When a user is a member of multiple security groups in Azure Active Directory (AD), an authentication attempt using the Azure AD subprovider might fail with the following error:
Bad Request - Request Too Long
HTTP Error: 400: The size of the request headers is too long.
Consider one of the following options:
- Decrease the number of Azure AD security groups that some of your users are in (the limit for the cookies is around 32KB).
- Switch the Azure app from using Security Groups to Groups assigned to the application to return only specific AD groups that are whitelisted as described here: Add group claims to tokens for SAML applications using SSO configuration.
- Write your own module plugin for integrating Azure AD into the Sitecore Identity Server to filter out unnecessary security groups.
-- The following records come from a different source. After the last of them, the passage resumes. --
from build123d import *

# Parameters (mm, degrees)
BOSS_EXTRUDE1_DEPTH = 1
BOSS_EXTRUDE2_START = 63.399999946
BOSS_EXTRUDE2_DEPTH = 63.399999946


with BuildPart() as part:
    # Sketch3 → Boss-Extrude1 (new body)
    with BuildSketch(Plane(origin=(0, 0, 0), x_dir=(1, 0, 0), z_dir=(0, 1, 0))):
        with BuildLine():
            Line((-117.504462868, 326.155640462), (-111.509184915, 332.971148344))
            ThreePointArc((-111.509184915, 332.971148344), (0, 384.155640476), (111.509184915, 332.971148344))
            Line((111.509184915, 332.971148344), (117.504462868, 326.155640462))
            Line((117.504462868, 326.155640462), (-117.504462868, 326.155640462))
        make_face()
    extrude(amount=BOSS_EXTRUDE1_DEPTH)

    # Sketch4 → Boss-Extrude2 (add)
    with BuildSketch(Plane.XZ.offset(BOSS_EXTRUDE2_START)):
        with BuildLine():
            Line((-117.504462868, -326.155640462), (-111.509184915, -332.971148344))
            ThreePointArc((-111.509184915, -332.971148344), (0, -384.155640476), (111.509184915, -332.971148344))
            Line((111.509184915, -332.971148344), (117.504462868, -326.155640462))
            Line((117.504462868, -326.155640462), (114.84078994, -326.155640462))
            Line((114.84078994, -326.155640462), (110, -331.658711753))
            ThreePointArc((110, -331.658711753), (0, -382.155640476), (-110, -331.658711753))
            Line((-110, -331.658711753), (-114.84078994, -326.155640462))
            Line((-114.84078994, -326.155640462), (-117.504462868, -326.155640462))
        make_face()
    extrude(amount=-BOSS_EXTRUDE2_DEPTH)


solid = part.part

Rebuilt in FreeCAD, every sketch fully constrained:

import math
import FreeCAD as App
import Part
import Sketcher

V = App.Vector
Q = App.Units.Quantity

doc = App.newDocument("Part")
params = doc.addObject("Spreadsheet::Sheet", "Params")
for row, (alias, value) in enumerate([
    ("pad1_length", "1 mm"),
    ("pad2_length", "63.4 mm"),
], start=1):
    params.set(f"A{row}", alias)
    params.set(f"B{row}", "=" + value)
    params.setAlias(f"B{row}", alias)

body = doc.addObject("PartDesign::Body", "Body")

# Sketch on XZ plane
sketch1 = doc.addObject("Sketcher::SketchObject", "Sketch")
body.addObject(sketch1)
sketch1.AttachmentSupport = (doc.XZ_Plane, [""])
sketch1.MapMode = "FlatFace"
sketch1.addGeometry([
    Part.LineSegment(V(-111.509185, -332.971148, 0), V(-117.504463, -326.15564, 0)),
    Part.LineSegment(V(-117.504463, -326.15564, 0), V(117.504463, -326.15564, 0)),
    Part.LineSegment(V(117.504463, -326.15564, 0), V(111.509185, -332.971148, 0)),
    Part.ArcOfCircle(Part.Circle(V(0, -237.097909, 0), V(0, 0, 1), 147.057731), math.radians(-139.311754), math.radians(-40.688246)),
], False)
sketch1.addConstraint([
    Sketcher.Constraint("Coincident", 0, 2, 1, 1),
    Sketcher.Constraint("Coincident", 1, 2, 2, 1),
    Sketcher.Constraint("Coincident", 2, 2, 3, 2),
    Sketcher.Constraint("Coincident", 3, 1, 0, 1),
    Sketcher.Constraint("Horizontal", 1),
    Sketcher.Constraint("Symmetric", 2, 2, 3, 1, -2),
    Sketcher.Constraint("Equal", 0, 2),
    Sketcher.Constraint("Radius", 3, Q("147.057731 mm")),
    Sketcher.Constraint("Distance", 0, Q("9.077142 mm")),
    Sketcher.Constraint("DistanceX", 1, 1, 1, 2, Q("235.008926 mm")),
    Sketcher.Constraint("DistanceY", 3, 3, -1, 1, Q("237.097909 mm")),
    Sketcher.Constraint("DistanceY", 0, 2, -1, 1, Q("326.15564 mm")),
])
pad1 = doc.addObject("PartDesign::Pad", "Pad")
body.addObject(pad1)
pad1.Profile = sketch1
pad1.setExpression("Length", "Params.pad1_length")
pad1.Reversed = True

# Sketch on XZ plane
sketch2 = doc.addObject("Sketcher::SketchObject", "Sketch001")
body.addObject(sketch2)
sketch2.AttachmentSupport = (doc.XZ_Plane, [""])
sketch2.MapMode = "FlatFace"
sketch2.AttachmentOffset = App.Placement(V(0, 0, 63.4), App.Rotation())
sketch2.addGeometry([
    Part.LineSegment(V(-117.504463, -326.15564, 0), V(-111.509185, -332.971148, 0)),  # 0
    Part.ArcOfCircle(Part.Circle(V(0, -237.097909, 0), V(0, 0, 1), 147.057731), math.radians(-139.311754), math.radians(-40.688246)),  # 1
    Part.LineSegment(V(111.509185, -332.971148, 0), V(117.504463, -326.15564, 0)),  # 2
    Part.LineSegment(V(117.504463, -326.15564, 0), V(114.84079, -326.15564, 0)),  # 3
    Part.LineSegment(V(114.84079, -326.15564, 0), V(110, -331.658712, 0)),  # 4
    Part.ArcOfCircle(Part.Circle(V(0, -237.097909, 0), V(0, 0, 1), 145.057731), math.radians(-139.316208), math.radians(-40.683792)),  # 5
    Part.LineSegment(V(-110, -331.658712, 0), V(-114.84079, -326.15564, 0)),  # 6
    Part.LineSegment(V(-114.84079, -326.15564, 0), V(-117.504463, -326.15564, 0)),  # 7
], False)
sketch2.addConstraint([
    Sketcher.Constraint("Coincident", 0, 2, 1, 1),
    Sketcher.Constraint("Coincident", 1, 2, 2, 1),
    Sketcher.Constraint("Coincident", 2, 2, 3, 1),
    Sketcher.Constraint("Coincident", 3, 2, 4, 1),
    Sketcher.Constraint("Coincident", 4, 2, 5, 2),
    Sketcher.Constraint("Coincident", 5, 1, 6, 1),
    Sketcher.Constraint("Coincident", 6, 2, 7, 1),
    Sketcher.Constraint("Coincident", 7, 2, 0, 1),
    Sketcher.Constraint("Horizontal", 3),
    Sketcher.Constraint("Horizontal", 7),
    Sketcher.Constraint("Coincident", 5, 3, 1, 3),
    Sketcher.Constraint("Symmetric", 0, 2, 1, 2, -2),
    Sketcher.Constraint("Symmetric", 3, 2, 6, 2, -2),
    Sketcher.Constraint("Parallel", 2, 4),
    Sketcher.Constraint("Parallel", 0, 6),
    Sketcher.Constraint("Horizontal", 4, 2, 5, 1),
    Sketcher.Constraint("DistanceX", -1, 1, 4, 2, Q("110 mm")),
    Sketcher.Constraint("Radius", 1, Q("147.057731 mm")),
    Sketcher.Constraint("Radius", 5, Q("145.057731 mm")),
    Sketcher.Constraint("Distance", 0, Q("9.077142 mm")),
    Sketcher.Constraint("Distance", 4, Q("7.329191 mm")),
    Sketcher.Constraint("DistanceX", 3, 2, 3, 1, Q("2.663673 mm")),
    Sketcher.Constraint("DistanceY", 1, 3, -1, 1, Q("237.097909 mm")),
])
pad2 = doc.addObject("PartDesign::Pad", "Pad001")
body.addObject(pad2)
pad2.Profile = sketch2
pad2.setExpression("Length", "Params.pad2_length")
pad2.Reversed = True

doc.recompute()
To address the issue, proceed as follows:
- Apply the fix suggested in the following configuration sample to your Sitecore Identity Server and to all the loadbalancer/gateway/network infrastructure you put in place in front of the Identity Server:
<system.web>
.....
<httpRuntime maxRequestLength="2097152" />
</system.web>
- Modify the registry values as described in the article: HTTP 400 Bad Request (Request Header too long) responses to HTTP requests.
- Restart the server that hosts the Identity Server.
In case of Azure deployment, the registry values are not accessible (Write-access to the registry is blocked, which makes it an Azure limitation). To resolve this Azure limitation, move your Identity Server from App Service to a Windows Server Virtual Machine where you have access to those registry keys.